Stored data entries
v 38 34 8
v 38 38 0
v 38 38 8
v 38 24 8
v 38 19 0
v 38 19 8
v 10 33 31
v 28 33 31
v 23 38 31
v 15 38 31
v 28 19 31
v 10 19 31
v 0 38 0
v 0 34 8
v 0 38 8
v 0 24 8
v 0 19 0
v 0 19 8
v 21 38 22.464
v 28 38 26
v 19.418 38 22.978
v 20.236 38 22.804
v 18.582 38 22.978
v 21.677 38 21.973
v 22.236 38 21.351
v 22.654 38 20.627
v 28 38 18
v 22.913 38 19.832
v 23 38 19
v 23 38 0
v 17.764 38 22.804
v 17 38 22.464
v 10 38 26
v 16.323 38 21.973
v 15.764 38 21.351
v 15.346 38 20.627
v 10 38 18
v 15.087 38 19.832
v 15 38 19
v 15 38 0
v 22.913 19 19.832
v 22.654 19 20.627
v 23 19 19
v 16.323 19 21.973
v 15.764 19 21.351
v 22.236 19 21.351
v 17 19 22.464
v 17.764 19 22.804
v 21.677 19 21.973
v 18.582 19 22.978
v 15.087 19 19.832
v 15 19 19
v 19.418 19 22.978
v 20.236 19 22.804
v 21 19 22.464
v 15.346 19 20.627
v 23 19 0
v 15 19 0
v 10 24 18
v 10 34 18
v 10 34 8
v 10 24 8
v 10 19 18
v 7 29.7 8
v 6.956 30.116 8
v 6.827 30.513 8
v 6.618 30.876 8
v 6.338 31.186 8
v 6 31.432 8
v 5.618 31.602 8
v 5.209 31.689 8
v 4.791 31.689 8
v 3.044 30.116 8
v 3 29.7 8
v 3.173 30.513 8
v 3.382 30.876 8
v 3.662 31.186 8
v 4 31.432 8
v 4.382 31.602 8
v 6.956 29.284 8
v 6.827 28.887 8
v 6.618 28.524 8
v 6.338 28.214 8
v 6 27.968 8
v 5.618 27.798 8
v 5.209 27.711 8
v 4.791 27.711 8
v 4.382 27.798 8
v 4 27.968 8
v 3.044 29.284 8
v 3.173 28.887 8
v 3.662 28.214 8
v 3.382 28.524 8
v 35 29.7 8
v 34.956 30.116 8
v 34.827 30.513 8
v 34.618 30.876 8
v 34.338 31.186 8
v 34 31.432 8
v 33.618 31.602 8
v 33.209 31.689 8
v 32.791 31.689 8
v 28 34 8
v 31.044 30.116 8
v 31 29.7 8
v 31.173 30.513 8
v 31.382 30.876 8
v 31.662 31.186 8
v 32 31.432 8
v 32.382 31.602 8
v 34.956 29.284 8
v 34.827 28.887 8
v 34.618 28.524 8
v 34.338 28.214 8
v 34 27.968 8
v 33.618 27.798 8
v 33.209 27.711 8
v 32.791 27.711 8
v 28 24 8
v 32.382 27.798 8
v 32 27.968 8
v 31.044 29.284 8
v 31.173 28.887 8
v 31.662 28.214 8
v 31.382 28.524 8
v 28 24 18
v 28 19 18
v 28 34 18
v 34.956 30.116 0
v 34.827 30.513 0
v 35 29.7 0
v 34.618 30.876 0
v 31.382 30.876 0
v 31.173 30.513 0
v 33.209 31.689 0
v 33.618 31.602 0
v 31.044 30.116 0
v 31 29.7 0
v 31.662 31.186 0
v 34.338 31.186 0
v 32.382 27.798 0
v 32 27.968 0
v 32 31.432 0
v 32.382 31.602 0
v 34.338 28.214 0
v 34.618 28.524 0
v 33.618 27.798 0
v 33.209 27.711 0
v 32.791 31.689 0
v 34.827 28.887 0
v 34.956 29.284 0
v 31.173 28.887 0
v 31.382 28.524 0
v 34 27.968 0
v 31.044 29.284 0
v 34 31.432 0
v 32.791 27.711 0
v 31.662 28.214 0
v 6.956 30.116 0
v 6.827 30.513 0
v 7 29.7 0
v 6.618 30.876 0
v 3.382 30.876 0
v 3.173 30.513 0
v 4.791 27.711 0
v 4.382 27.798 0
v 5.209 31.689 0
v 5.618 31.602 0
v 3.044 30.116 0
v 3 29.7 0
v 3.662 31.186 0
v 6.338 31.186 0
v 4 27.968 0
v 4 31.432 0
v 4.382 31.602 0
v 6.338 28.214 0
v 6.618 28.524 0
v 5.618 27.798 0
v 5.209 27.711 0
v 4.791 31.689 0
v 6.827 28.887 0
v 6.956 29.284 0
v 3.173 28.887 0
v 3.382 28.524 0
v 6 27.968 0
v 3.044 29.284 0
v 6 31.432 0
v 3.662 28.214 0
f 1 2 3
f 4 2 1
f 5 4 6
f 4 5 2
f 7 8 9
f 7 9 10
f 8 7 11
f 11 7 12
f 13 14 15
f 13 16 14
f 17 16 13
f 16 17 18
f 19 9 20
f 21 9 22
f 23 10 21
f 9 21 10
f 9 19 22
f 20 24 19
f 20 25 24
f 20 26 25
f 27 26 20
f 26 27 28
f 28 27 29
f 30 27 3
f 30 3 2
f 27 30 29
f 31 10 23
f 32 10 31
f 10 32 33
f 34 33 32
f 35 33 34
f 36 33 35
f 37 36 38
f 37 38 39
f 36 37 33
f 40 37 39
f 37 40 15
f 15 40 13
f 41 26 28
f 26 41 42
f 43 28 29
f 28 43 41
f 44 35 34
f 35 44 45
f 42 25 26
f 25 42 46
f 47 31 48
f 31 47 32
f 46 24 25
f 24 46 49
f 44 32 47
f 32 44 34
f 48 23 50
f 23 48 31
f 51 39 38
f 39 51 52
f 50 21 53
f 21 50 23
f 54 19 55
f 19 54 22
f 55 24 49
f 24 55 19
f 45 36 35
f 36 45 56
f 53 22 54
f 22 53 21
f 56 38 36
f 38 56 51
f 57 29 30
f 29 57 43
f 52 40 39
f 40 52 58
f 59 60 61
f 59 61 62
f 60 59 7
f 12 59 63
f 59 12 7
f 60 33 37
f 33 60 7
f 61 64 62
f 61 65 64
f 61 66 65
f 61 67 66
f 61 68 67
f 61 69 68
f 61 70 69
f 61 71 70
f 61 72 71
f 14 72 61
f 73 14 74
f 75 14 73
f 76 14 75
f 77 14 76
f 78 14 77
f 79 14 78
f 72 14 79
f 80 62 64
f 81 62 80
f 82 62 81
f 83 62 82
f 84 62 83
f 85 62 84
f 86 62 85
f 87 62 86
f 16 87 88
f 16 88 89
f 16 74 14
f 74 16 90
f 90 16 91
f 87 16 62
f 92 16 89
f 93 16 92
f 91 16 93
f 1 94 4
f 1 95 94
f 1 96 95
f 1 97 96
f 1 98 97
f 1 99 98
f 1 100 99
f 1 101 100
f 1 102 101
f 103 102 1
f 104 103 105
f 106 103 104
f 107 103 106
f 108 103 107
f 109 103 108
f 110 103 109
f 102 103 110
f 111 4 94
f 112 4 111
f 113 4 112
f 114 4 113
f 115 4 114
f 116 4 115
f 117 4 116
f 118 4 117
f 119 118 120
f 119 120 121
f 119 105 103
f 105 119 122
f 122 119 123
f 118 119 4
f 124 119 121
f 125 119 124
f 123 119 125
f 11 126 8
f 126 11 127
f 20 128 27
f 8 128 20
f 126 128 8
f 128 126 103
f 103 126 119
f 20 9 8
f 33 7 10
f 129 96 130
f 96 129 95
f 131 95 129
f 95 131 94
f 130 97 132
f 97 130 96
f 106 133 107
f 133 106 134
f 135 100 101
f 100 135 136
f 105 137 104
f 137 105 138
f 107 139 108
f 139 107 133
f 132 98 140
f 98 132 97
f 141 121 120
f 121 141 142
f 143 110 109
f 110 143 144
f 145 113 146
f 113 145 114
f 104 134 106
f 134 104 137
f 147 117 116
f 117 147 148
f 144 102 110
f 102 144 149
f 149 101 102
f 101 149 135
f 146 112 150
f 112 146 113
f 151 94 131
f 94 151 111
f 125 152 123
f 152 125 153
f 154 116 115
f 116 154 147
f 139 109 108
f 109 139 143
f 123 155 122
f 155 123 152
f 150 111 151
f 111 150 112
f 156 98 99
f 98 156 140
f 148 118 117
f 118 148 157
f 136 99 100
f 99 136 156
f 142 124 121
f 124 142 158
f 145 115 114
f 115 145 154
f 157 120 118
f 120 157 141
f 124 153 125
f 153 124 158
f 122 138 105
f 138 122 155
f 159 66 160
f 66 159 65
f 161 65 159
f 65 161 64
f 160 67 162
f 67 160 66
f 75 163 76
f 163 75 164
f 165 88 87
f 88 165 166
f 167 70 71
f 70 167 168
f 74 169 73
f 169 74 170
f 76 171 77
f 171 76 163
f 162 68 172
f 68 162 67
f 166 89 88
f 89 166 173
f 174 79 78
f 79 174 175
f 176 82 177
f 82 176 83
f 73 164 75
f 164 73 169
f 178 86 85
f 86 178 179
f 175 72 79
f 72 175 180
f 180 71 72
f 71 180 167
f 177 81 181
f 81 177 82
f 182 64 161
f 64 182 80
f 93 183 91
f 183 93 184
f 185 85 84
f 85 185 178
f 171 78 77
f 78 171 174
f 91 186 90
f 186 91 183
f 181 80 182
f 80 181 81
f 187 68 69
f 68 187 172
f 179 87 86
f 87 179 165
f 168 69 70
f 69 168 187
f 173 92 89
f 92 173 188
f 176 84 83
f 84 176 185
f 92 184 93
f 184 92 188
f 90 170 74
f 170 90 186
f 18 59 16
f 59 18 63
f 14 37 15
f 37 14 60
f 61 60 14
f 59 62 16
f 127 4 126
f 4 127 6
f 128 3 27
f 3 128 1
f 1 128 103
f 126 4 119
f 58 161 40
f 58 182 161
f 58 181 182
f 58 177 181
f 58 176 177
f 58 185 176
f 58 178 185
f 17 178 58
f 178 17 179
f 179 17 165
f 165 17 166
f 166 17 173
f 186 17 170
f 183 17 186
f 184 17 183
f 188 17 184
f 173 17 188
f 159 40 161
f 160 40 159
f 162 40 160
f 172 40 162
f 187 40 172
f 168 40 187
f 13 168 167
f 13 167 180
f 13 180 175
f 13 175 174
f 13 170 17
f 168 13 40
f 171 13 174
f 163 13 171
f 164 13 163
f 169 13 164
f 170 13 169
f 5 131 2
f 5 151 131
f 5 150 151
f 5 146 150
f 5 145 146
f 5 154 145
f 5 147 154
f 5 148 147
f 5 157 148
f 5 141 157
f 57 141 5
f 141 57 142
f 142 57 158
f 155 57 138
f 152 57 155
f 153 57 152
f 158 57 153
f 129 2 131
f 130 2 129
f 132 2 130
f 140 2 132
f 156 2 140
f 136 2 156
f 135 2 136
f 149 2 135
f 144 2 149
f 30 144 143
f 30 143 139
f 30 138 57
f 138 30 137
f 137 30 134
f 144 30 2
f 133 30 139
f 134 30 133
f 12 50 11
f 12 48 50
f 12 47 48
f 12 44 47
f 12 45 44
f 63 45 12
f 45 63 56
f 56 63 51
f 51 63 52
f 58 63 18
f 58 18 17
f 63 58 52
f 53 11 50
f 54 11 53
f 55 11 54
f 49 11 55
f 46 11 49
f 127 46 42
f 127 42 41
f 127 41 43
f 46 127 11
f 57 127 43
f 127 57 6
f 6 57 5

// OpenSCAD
difference() {
    difference() {
        translate([0,0,-1]){
            difference() {
                difference() {
                    difference() {
                        cube([38,38,32]);
                        translate([19,39
                        ,20])rotate([90,0,0])cylinder(h=40, r=4, $fs=0.01);
                        translate([15,-1,0])cube([8,40,20]);
                        translate([0,-1,9])cube([10,40,30]);
                        translate([28,-1,9])cube([10,40,30]);
                    }
                }

                difference() {
                    translate([10,0,27])cube([18,10,5]);
                    translate([19,9,27])cylinder(5,18,13,$fn=4);
                }
                translate([0,28,0])difference() {
                    translate([10,0,27])cube([18,10,5]);
                    translate([19,1,27])cylinder(5,18,13,$fn=4);
                }

                translate([33,8.3,0])cylinder(h=12, r=2, $fs=0.01);
                translate([33,29.7,0])cylinder(h=12, r=2, $fs=0.01);
                translate([5,8.3,0])cylinder(h=12, r=2, $fs=0.01);
                translate([5,29.7,0])cylinder(h=12, r=2, $fs=0.01);
                
            }

            difference() {
                translate([0,0,9])intersection() {
                    rotate([0,45,0])cube([15,38,15]);
                    cube([10,38,10]);
                }
                translate([0,24,9])cube([10,10,10]);
            }


            rotate([0,90,0])difference() {
                translate([-19,0,28])intersection() {
                    rotate([0,45,0])cube([15,38,15]);
                    cube([10,38,10]);
                }
                translate([-19,24,28])cube([10,10,10]);
            }
        }
        translate([0,0,-5])cube([40,40,5]);
    }
    cube([40,19,40]);
}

> [WHAT THE TASK REQUIRES]:
Only the lines above starting at the line that holds "v 31.044 30.116 8" and ending at the line that holds "v 34.618 28.524 0" are to be repeated, exactly and in full.

> [RESPONSE TO THE TASK]:
v 31.044 30.116 8
v 31 29.7 8
v 31.173 30.513 8
v 31.382 30.876 8
v 31.662 31.186 8
v 32 31.432 8
v 32.382 31.602 8
v 34.956 29.284 8
v 34.827 28.887 8
v 34.618 28.524 8
v 34.338 28.214 8
v 34 27.968 8
v 33.618 27.798 8
v 33.209 27.711 8
v 32.791 27.711 8
v 28 24 8
v 32.382 27.798 8
v 32 27.968 8
v 31.044 29.284 8
v 31.173 28.887 8
v 31.662 28.214 8
v 31.382 28.524 8
v 28 24 18
v 28 19 18
v 28 34 18
v 34.956 30.116 0
v 34.827 30.513 0
v 35 29.7 0
v 34.618 30.876 0
v 31.382 30.876 0
v 31.173 30.513 0
v 33.209 31.689 0
v 33.618 31.602 0
v 31.044 30.116 0
v 31 29.7 0
v 31.662 31.186 0
v 34.338 31.186 0
v 32.382 27.798 0
v 32 27.968 0
v 32 31.432 0
v 32.382 31.602 0
v 34.338 28.214 0
v 34.618 28.524 0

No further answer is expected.